The gospel not only gives us the model of kindness—it gives us the strength to live it out through the indwelling Spirit.
Our homes are meant to reflect the relationship between Christ and His church. What a high and beautiful calling we’ve been given as wives. Kindness toward our husbands is a testimony—not only to them—but to a watching world.
“Put On” Kindness
Put on then, as God’s chosen ones, holy and beloved, compassionate hearts, kindness, humility, meekness, and patience…
Colossians 3:12
We’re not left wondering what kindness looks like in real life. God tells us to put it on. Like a garment, it’s something we choose to wear each day. Below are just a few ways we can intentionally “put on” kindness in our marriages.
These will look different in every home, but the goal is the same: to show the love of Christ through small, daily acts of grace.

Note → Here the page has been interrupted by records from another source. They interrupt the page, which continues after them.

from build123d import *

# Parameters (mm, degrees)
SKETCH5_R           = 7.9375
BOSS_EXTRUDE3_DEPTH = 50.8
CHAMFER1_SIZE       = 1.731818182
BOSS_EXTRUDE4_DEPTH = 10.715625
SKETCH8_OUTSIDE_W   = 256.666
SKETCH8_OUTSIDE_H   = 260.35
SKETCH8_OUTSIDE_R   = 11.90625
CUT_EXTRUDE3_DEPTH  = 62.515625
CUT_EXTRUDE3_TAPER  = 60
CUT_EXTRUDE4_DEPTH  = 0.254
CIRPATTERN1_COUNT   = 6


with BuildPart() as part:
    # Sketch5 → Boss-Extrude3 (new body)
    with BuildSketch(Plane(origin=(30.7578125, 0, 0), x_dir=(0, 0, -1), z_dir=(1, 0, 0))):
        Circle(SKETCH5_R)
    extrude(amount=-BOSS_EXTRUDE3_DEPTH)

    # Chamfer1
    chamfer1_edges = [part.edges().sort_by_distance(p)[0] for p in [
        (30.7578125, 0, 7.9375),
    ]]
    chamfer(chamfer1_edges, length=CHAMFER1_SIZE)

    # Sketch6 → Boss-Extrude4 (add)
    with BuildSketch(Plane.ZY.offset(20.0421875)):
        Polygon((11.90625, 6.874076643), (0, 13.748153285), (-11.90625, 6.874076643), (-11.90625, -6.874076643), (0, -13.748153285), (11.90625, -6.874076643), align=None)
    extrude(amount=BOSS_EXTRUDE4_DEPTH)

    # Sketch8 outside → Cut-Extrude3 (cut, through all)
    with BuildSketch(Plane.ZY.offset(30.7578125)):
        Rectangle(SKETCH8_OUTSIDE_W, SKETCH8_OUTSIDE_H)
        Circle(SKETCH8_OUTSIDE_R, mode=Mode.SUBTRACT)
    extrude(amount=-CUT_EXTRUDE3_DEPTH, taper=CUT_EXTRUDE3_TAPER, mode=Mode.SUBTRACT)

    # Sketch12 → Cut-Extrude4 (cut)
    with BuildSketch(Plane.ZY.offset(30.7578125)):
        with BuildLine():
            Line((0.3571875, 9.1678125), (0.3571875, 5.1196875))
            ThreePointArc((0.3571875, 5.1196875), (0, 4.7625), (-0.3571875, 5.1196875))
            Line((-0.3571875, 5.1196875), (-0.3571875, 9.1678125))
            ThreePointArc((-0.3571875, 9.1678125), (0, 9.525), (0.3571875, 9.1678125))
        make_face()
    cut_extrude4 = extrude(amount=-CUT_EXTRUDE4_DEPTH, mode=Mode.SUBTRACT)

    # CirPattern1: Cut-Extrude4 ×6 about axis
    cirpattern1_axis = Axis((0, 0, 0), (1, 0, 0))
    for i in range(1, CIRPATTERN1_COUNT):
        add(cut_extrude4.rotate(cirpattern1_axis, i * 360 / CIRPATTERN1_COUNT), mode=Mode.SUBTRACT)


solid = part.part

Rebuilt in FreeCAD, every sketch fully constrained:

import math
import FreeCAD as App
import Part
import Sketcher
from FreeCAD import Vector
Q = App.Units.Quantity


def edges_at(feature, points):
    """Names of the edges that pass closest to the given points."""
    edges = feature.Shape.Edges
    near = lambda p: min(range(len(edges)), key=lambda i: edges[i].distToShape(Part.Vertex(*p))[0])
    return sorted({f"Edge{near(p) + 1}" for p in points})

doc = App.newDocument("Part")
body = doc.addObject("PartDesign::Body", "Body")

# Sketch on YZ plane
sketch1 = body.newObject("Sketcher::SketchObject", "Sketch")
sketch1.AttachmentSupport = (doc.getObject("YZ_Plane"), [""])
sketch1.MapMode = "FlatFace"
sketch1.AttachmentOffset = App.Placement(Vector(0, 0, 30.757812), App.Rotation())
sketch1.addGeometry(Part.Circle(Vector(0, 0, 0), Vector(0, 0, 1), 8), False)
sketch1.addConstraint(Sketcher.Constraint("Coincident", 0, 3, -1, 1))
sketch1.addConstraint(Sketcher.Constraint("Diameter", 0, Q("0.625 in")))
pad1 = body.newObject("PartDesign::Pad", "Pad")
pad1.Profile = sketch1
pad1.Length = Q("2 in")
pad1.Reversed = True
doc.recompute()

chamfer = body.newObject("PartDesign::Chamfer", "Chamfer")
chamfer.Base = (pad1, edges_at(pad1, [(30.758, 0, 7.938)]))
chamfer.Size = 1.731818

# Sketch on YZ plane
sketch2 = body.newObject("Sketcher::SketchObject", "Sketch001")
sketch2.AttachmentSupport = (doc.getObject("YZ_Plane"), [""])
sketch2.MapMode = "FlatFace"
sketch2.AttachmentOffset = App.Placement(Vector(0, 0, -20.042188), App.Rotation())
sketch2.addGeometry(Part.LineSegment(Vector(7, 12, 0), Vector(14, 0, 0)), False)
sketch2.addGeometry(Part.LineSegment(Vector(14, 0, 0), Vector(7, -12, 0)), False)
sketch2.addGeometry(Part.LineSegment(Vector(7, -12, 0), Vector(-7, -12, 0)), False)
sketch2.addGeometry(Part.LineSegment(Vector(-7, -12, 0), Vector(-14, 0, 0)), False)
sketch2.addGeometry(Part.LineSegment(Vector(-14, 0, 0), Vector(-7, 12, 0)), False)
sketch2.addGeometry(Part.LineSegment(Vector(-7, 12, 0), Vector(7, 12, 0)), False)
sketch2.addConstraint(Sketcher.Constraint("Coincident", 0, 2, 1, 1))
sketch2.addConstraint(Sketcher.Constraint("Coincident", 1, 2, 2, 1))
sketch2.addConstraint(Sketcher.Constraint("Coincident", 2, 2, 3, 1))
sketch2.addConstraint(Sketcher.Constraint("Coincident", 3, 2, 4, 1))
sketch2.addConstraint(Sketcher.Constraint("Coincident", 4, 2, 5, 1))
sketch2.addConstraint(Sketcher.Constraint("Coincident", 5, 2, 0, 1))
sketch2.addConstraint(Sketcher.Constraint("Horizontal", 2))
sketch2.addConstraint(Sketcher.Constraint("Horizontal", 5))
sketch2.addConstraint(Sketcher.Constraint("Symmetric", 0, 2, 3, 2, -1, 1))
sketch2.addConstraint(Sketcher.Constraint("Symmetric", 1, 2, 4, 2, -1, 1))
sketch2.addConstraint(Sketcher.Constraint("PointOnObject", 0, 2, -1))
sketch2.addConstraint(Sketcher.Constraint("Parallel", 0, 3))
sketch2.addConstraint(Sketcher.Constraint("Vertical", 2, 2, 4, 2))
sketch2.addConstraint(Sketcher.Constraint("Angle", 0, Q("-60 deg")))
sketch2.addConstraint(Sketcher.Constraint("DistanceY", 1, 2, -1, 1, Q("0.46875 in")))
sketch2.addConstraint(Sketcher.Constraint("DistanceX", 2, 2, 2, 1, 13.748153))
pad2 = body.newObject("PartDesign::Pad", "Pad001")
pad2.Profile = sketch2
pad2.Length = Q("0.421875 in")
pad2.Reversed = True

# Sketch on YZ plane
sketch3 = body.newObject("Sketcher::SketchObject", "Sketch002")
sketch3.AttachmentSupport = (doc.getObject("YZ_Plane"), [""])
sketch3.MapMode = "FlatFace"
sketch3.AttachmentOffset = App.Placement(Vector(0, 0, -30.757812), App.Rotation())
sketch3.addGeometry(Part.LineSegment(Vector(130, -128, 0), Vector(-130, -128, 0)), False)
sketch3.addGeometry(Part.LineSegment(Vector(-130, -128, 0), Vector(-130, 128, 0)), False)
sketch3.addGeometry(Part.LineSegment(Vector(-130, 128, 0), Vector(130, 128, 0)), False)
sketch3.addGeometry(Part.LineSegment(Vector(130, 128, 0), Vector(130, -128, 0)), False)
sketch3.addGeometry(Part.Circle(Vector(0, 0, 0), Vector(0, 0, 1), 12), False)
sketch3.addConstraint(Sketcher.Constraint("Coincident", 0, 2, 1, 1))
sketch3.addConstraint(Sketcher.Constraint("Coincident", 1, 2, 2, 1))
sketch3.addConstraint(Sketcher.Constraint("Coincident", 2, 2, 3, 1))
sketch3.addConstraint(Sketcher.Constraint("Coincident", 3, 2, 0, 1))
sketch3.addConstraint(Sketcher.Constraint("Horizontal", 0))
sketch3.addConstraint(Sketcher.Constraint("Vertical", 1))
sketch3.addConstraint(Sketcher.Constraint("Horizontal", 2))
sketch3.addConstraint(Sketcher.Constraint("Vertical", 3))
sketch3.addConstraint(Sketcher.Constraint("Coincident", 4, 3, -1, 1))
sketch3.addConstraint(Sketcher.Constraint("Symmetric", 0, 2, 2, 2, -1, 1))
sketch3.addConstraint(Sketcher.Constraint("Diameter", 4, Q("0.9375 in")))
sketch3.addConstraint(Sketcher.Constraint("DistanceX", 0, 2, 0, 1, Q("10.25 in")))
sketch3.addConstraint(Sketcher.Constraint("DistanceY", 1, 1, 1, 2, 256.666))
pocket1 = body.newObject("PartDesign::Pocket", "Pocket")
pocket1.Profile = sketch3
pocket1.Length = 62.515625
pocket1.Reversed = True
pocket1.TaperAngle = 60

# Sketch on YZ plane
sketch4 = body.newObject("Sketcher::SketchObject", "Sketch003")
sketch4.AttachmentSupport = (doc.getObject("YZ_Plane"), [""])
sketch4.MapMode = "FlatFace"
sketch4.AttachmentOffset = App.Placement(Vector(0, 0, -30.757812), App.Rotation())
sketch4.addGeometry(Part.LineSegment(Vector(5.12, 0.36, 0), Vector(9.17, 0.36, 0)), False)
sketch4.addGeometry(Part.ArcOfCircle(Part.Circle(Vector(9.17, 0, 0), Vector(0, 0, 1), 0.36), math.radians(-90), math.radians(90)), False)
sketch4.addGeometry(Part.LineSegment(Vector(9.17, -0.36, 0), Vector(5.12, -0.36, 0)), False)
sketch4.addGeometry(Part.ArcOfCircle(Part.Circle(Vector(5.12, 0, 0), Vector(0, 0, 1), 0.36), math.radians(90), math.radians(270)), False)
sketch4.addConstraint(Sketcher.Constraint("Tangent", 0, 2, 1, 2))
sketch4.addConstraint(Sketcher.Constraint("Tangent", 1, 1, 2, 1))
sketch4.addConstraint(Sketcher.Constraint("Tangent", 2, 2, 3, 2))
sketch4.addConstraint(Sketcher.Constraint("Tangent", 3, 1, 0, 1))
sketch4.addConstraint(Sketcher.Constraint("Horizontal", 0))
sketch4.addConstraint(Sketcher.Constraint("Horizontal", 2))
sketch4.addConstraint(Sketcher.Constraint("PointOnObject", 1, 3, -1))
sketch4.addConstraint(Sketcher.Constraint("Radius", 1, 0.357187))
sketch4.addConstraint(Sketcher.Constraint("DistanceX", 0, 1, 0, 2, 4.048125))
sketch4.addConstraint(Sketcher.Constraint("DistanceX", -1, 1, 1, 3, 9.167813))
pocket2 = body.newObject("PartDesign::Pocket", "Pocket001")
pocket2.Profile = sketch4
pocket2.Length = Q("0.01 in")
pocket2.Reversed = True
doc.recompute()

polarpattern = body.newObject("PartDesign::PolarPattern", "PolarPattern")
polarpattern.Originals = [pocket2]
polarpattern.Axis = (doc.getObject("X_Axis"), [""])
polarpattern.Angle = 360
polarpattern.Occurrences = 6
body.Tip = polarpattern

doc.recompute()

- Remember, you were created to be his helper. Are you giving your husband priority over your children in your heart and actions?
- Speak well of your husband to others—especially when he’s not around to hear it.

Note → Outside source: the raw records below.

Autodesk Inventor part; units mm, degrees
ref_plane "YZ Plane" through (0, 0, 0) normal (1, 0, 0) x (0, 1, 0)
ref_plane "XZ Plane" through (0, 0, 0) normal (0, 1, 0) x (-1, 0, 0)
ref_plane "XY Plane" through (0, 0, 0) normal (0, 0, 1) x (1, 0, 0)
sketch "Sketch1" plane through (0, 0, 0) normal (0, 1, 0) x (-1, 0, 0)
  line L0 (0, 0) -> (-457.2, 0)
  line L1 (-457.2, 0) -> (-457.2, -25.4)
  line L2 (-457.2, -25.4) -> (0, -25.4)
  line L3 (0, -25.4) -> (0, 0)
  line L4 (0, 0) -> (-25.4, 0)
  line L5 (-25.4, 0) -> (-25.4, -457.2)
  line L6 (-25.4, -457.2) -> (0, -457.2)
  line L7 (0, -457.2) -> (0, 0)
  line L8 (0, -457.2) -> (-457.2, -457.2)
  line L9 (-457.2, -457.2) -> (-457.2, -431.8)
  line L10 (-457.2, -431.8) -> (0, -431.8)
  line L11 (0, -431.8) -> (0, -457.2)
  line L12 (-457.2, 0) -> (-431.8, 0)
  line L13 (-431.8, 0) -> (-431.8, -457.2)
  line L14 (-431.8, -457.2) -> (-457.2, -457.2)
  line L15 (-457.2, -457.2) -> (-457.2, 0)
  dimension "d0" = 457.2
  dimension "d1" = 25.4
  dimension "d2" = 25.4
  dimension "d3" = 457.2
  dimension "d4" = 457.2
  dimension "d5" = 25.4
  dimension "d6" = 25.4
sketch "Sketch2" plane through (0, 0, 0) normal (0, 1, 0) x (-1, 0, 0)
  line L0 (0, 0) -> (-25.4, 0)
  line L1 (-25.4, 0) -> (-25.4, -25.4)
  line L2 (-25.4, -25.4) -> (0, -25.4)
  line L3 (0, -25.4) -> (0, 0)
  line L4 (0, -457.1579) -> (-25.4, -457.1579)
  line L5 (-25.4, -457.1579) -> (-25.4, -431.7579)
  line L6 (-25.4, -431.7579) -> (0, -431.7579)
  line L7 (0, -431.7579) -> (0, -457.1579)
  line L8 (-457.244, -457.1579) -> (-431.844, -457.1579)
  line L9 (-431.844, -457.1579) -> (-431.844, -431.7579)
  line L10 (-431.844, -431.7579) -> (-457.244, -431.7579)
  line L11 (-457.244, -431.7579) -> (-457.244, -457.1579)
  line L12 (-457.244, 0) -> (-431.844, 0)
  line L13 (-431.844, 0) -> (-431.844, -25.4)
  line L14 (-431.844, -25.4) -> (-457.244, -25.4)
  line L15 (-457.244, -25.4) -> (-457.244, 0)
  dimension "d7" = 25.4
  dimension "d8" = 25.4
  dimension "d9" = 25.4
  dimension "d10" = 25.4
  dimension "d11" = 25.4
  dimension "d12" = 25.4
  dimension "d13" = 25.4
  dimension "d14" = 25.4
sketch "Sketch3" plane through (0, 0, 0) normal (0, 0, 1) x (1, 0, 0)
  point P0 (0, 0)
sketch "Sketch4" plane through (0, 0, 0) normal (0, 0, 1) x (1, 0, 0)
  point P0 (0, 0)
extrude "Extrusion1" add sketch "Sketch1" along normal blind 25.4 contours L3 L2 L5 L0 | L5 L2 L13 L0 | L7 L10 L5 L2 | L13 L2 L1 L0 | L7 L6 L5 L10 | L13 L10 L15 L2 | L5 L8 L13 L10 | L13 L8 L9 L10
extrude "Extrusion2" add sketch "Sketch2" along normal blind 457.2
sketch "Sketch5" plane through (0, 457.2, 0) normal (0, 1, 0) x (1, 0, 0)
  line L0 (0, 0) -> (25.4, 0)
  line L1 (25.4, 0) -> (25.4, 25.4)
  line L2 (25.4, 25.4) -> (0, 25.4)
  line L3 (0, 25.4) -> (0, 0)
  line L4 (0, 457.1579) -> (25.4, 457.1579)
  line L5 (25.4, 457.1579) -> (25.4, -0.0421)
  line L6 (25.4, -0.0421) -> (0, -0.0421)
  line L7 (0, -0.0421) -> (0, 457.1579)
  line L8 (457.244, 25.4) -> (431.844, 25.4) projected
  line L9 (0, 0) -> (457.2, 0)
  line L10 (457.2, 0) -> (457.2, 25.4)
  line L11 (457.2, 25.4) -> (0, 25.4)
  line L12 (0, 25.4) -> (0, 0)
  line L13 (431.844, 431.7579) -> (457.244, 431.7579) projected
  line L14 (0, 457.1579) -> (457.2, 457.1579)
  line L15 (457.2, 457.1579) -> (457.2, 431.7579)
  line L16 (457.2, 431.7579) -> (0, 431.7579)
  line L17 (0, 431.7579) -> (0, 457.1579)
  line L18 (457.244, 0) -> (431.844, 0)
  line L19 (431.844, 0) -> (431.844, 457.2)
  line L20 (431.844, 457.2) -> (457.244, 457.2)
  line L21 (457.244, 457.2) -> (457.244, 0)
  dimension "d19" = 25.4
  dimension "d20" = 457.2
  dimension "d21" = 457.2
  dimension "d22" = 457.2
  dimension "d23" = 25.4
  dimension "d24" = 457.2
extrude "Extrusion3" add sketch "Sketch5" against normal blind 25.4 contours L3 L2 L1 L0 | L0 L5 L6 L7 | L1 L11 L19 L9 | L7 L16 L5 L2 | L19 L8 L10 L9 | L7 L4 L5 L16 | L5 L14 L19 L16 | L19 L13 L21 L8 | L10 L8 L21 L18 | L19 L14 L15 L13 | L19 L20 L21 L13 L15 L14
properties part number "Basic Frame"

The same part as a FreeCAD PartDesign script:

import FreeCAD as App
import Part
import Sketcher
from FreeCAD import Vector
Q = App.Units.Quantity


def add_polygon(sketch, points):
    """Adds a closed chain of lines whose ends are joined by coincident constraints."""
    first, n = sketch.GeometryCount, len(points)
    for a, b in zip(points, points[1:] + points[:1]):
        sketch.addGeometry(Part.LineSegment(App.Vector(*a, 0), App.Vector(*b, 0)), False)
    for i in range(n):
        sketch.addConstraint(Sketcher.Constraint("Coincident", first + i, 2, first + (i + 1) % n, 1))

doc = App.newDocument("Part")
body = doc.addObject("PartDesign::Body", "Body")

sketch1 = doc.addObject("Sketcher::SketchObject", "Sketch")
body.addObject(sketch1)
sketch1.AttachmentSupport = (doc.XZ_Plane, [""])
sketch1.MapMode = "FlatFace"
add_polygon(sketch1, [(0, 0), (457, 0), (457, -457), (0, -457)])
add_polygon(sketch1, [(25, -25), (25, -432), (432, -432), (432, -25)])
sketch1.addConstraint([
    Sketcher.Constraint("Horizontal", 0),
    Sketcher.Constraint("Vertical", 1),
    Sketcher.Constraint("Horizontal", 2),
    Sketcher.Constraint("Vertical", 3),
    Sketcher.Constraint("Vertical", 4),
    Sketcher.Constraint("Horizontal", 5),
    Sketcher.Constraint("Vertical", 6),
    Sketcher.Constraint("Horizontal", 7),
    Sketcher.Constraint("Coincident", 3, 2, -1, 1),
    Sketcher.Constraint("Equal", 2, 1),
    Sketcher.Constraint("Equal", 7, 4),
    Sketcher.Constraint("DistanceX", 0, 1, 0, 2, Q("18 in")),
    Sketcher.Constraint("DistanceX", -1, 1, 4, 2, Q("1 in")),
    Sketcher.Constraint("DistanceY", 6, 2, -1, 1, Q("1 in")),
    Sketcher.Constraint("DistanceY", 2, 2, 4, 2, Q("1 in")),
])
pad1 = doc.addObject("PartDesign::Pad", "Pad")
body.addObject(pad1)
pad1.Profile = sketch1
pad1.Length = Q("1 in")
pad1.Reversed = True

sketch2 = doc.addObject("Sketcher::SketchObject", "Sketch001")
body.addObject(sketch2)
sketch2.AttachmentSupport = (doc.XZ_Plane, [""])
sketch2.MapMode = "FlatFace"
add_polygon(sketch2, [(0, -25), (0, 0), (25, 0), (25, -25)])
add_polygon(sketch2, [(25, -457), (0, -457), (0, -432), (25, -432)])
add_polygon(sketch2, [(457, -432), (457, -457), (432, -457), (432, -432)])
add_polygon(sketch2, [(432, 0), (457, 0), (457, -25), (432, -25)])
sketch2.addConstraint([
    Sketcher.Constraint("Vertical", 0),
    Sketcher.Constraint("Horizontal", 1),
    Sketcher.Constraint("Vertical", 2),
    Sketcher.Constraint("Horizontal", 3),
    Sketcher.Constraint("Horizontal", 4),
    Sketcher.Constraint("Vertical", 5),
    Sketcher.Constraint("Horizontal", 6),
    Sketcher.Constraint("Vertical", 7),
    Sketcher.Constraint("Vertical", 8),
    Sketcher.Constraint("Horizontal", 9),
    Sketcher.Constraint("Vertical", 10),
    Sketcher.Constraint("Horizontal", 11),
    Sketcher.Constraint("Horizontal", 12),
    Sketcher.Constraint("Vertical", 13),
    Sketcher.Constraint("Horizontal", 14),
    Sketcher.Constraint("Vertical", 15),
    Sketcher.Constraint("Coincident", 0, 2, -1, 1),
    Sketcher.Constraint("PointOnObject", 4, 2, -2),
    Sketcher.Constraint("PointOnObject", 12, 2, -1),
    Sketcher.Constraint("Horizontal", 7, 2, 8, 2),
    Sketcher.Constraint("Horizontal", 6, 2, 10, 2),
    Sketcher.Constraint("Horizontal", 3, 2, 13, 2),
    Sketcher.Constraint("Vertical", 2, 2, 6, 2),
    Sketcher.Constraint("Vertical", 11, 2, 12, 2),
    Sketcher.Constraint("Vertical", 10, 2, 14, 2),
    Sketcher.Constraint("Equal", 6, 9),
    Sketcher.Constraint("Equal", 14, 0),
    Sketcher.Constraint("Equal", 2, 5),
    Sketcher.Constraint("DistanceX", 1, 1, 1, 2, Q("1 in")),
    Sketcher.Constraint("DistanceY", 4, 2, -1, 1, 457.158),
    Sketcher.Constraint("DistanceX", -1, 1, 8, 2, 457.244),
])
pad2 = doc.addObject("PartDesign::Pad", "Pad001")
body.addObject(pad2)
pad2.Profile = sketch2
pad2.Length = Q("18 in")
pad2.Reversed = True

sketch3 = doc.addObject("Sketcher::SketchObject", "Sketch002")
body.addObject(sketch3)
sketch3.AttachmentSupport = (doc.XZ_Plane, [""])
sketch3.MapMode = "FlatFace"
sketch3.AttachmentOffset = App.Placement(Vector(0, 0, -18 * 25.4), App.Rotation())
add_polygon(sketch3, [(0, 0.042), (25.4, 0.042), (25.4, 0), (457.244, 0), (457.244, -457.2), (431.844, -457.2), (431.844, -457.158), (0, -457.158)])
add_polygon(sketch3, [(25.4, -25.4), (25.4, -431.758), (431.844, -431.758), (431.844, -25.4)])
sketch3.addConstraint([
    Sketcher.Constraint("Horizontal", 0),
    Sketcher.Constraint("Vertical", 1),
    Sketcher.Constraint("Horizontal", 2),
    Sketcher.Constraint("Vertical", 3),
    Sketcher.Constraint("Horizontal", 4),
    Sketcher.Constraint("Vertical", 5),
    Sketcher.Constraint("Horizontal", 6),
    Sketcher.Constraint("Vertical", 7),
    Sketcher.Constraint("Vertical", 8),
    Sketcher.Constraint("Horizontal", 9),
    Sketcher.Constraint("Vertical", 10),
    Sketcher.Constraint("Horizontal", 11),
    Sketcher.Constraint("PointOnObject", 1, 2, -1),
    Sketcher.Constraint("PointOnObject", 6, 2, -2),
    Sketcher.Constraint("Vertical", 1, 2, 8, 2),
    Sketcher.Constraint("Vertical", 5, 2, 9, 2),
    Sketcher.Constraint("Equal", 0, 4),
    Sketcher.Constraint("Equal", 1, 5),
    Sketcher.Constraint("DistanceX", 0, 1, 0, 2, Q("1 in")),
    Sketcher.Constraint("DistanceY", 3, 2, 3, 1, Q("18 in")),
    Sketcher.Constraint("DistanceY", 10, 2, -1, 1, Q("1 in")),
    Sketcher.Constraint("DistanceY", 6, 2, 8, 2, Q("1 in")),
    Sketcher.Constraint("DistanceX", 2, 1, 2, 2, 431.844),
    Sketcher.Constraint("DistanceY", 1, 2, 1, 1, 0.042),
])
pad3 = doc.addObject("PartDesign::Pad", "Pad002")
body.addObject(pad3)
pad3.Profile = sketch3
pad3.Length = Q("1 in")

doc.recompute()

- Pray for him before he heads off to work.
- Take care of yourself—rest, refresh, and tend to your appearance with joy.
- Keep romance alive—show affection, initiate dates, and keep laughter part of your home.
- Give regular compliments. Do you thank him for working hard and providing for your family?
- Learn and remember his favorites—meals, outfits, places, even little gestures.
- Smile. A cheerful spirit brings life to your home.
- Pause before you respond. Ask, “What would kindness look like right now?”
- Serve joyfully in the little things—even if it’s picking up socks again or cleaning up the bathroom. A cheerful heart in service reflects the heart of Christ.
- Love overlooks much. Not every irritation needs to be addressed—sometimes we simply need to let love cover it.
- When issues arise, respond in a Christ-honoring way. You’re responsible for your words, not his. Choose forgiveness over bitterness.
- True forgiveness means we no longer hold it over them. Let grace flow freely.
- Guard your words. The tongue can either build up or destroy. Ask God to help you speak what is gentle, kind, and edifying.
- A thankful wife is a joyful presence in the home. Thank your husband often—and mean it.
Today Is a New Day
If kindness hasn’t been the tone of your words and actions lately, today is a fresh start. God’s mercies are new every morning. Begin with repentance. Ask the Lord to show you where you’ve been harsh or indifferent, and seek His grace to walk in lovingkindness.
I know some of you are walking through difficult seasons in marriage—and this isn’t easy. But God sees, He cares, and His grace is sufficient for today.
Kindness is a readiness to do good, to help, to relieve burdens, to be useful, to serve, to be tender, and to be sympathetic to others. It’s been said: Kindness is love in work clothes.
Alexander Strauch
Let’s clothe ourselves in the love of Christ and “put on” kindness each day—especially in the beautiful calling we have as wives.
Recommended Resources:
Marriage Series on the blog and podcast
Feminine Appeal: Seven Virtues of a Godly Wife and Mother by Carolyn Mahaney

I am so blessed by your words. I am so grateful that you are using your gift of your God-given wisdom and encouragement. I had been given a kind, encouraging, cheerful and respectful spirit, but some circumstances had started to change my spirit to ugliness and harshness (relatively speaking) which I never thought possible. I have young children and have had some big changes and needed some womanly encouragement. I did not find any, apart from my husband and the Lord. I am so grateful that your Godly words of encouragement have softened my bitter soul. Praise the Lord. For He is good.
Marci,
This is something I always need help with. I am glad to get encouragement and a reminder anytime. I just need to hold onto Paul’s words each and every day! Thank you for sharing and edifying women!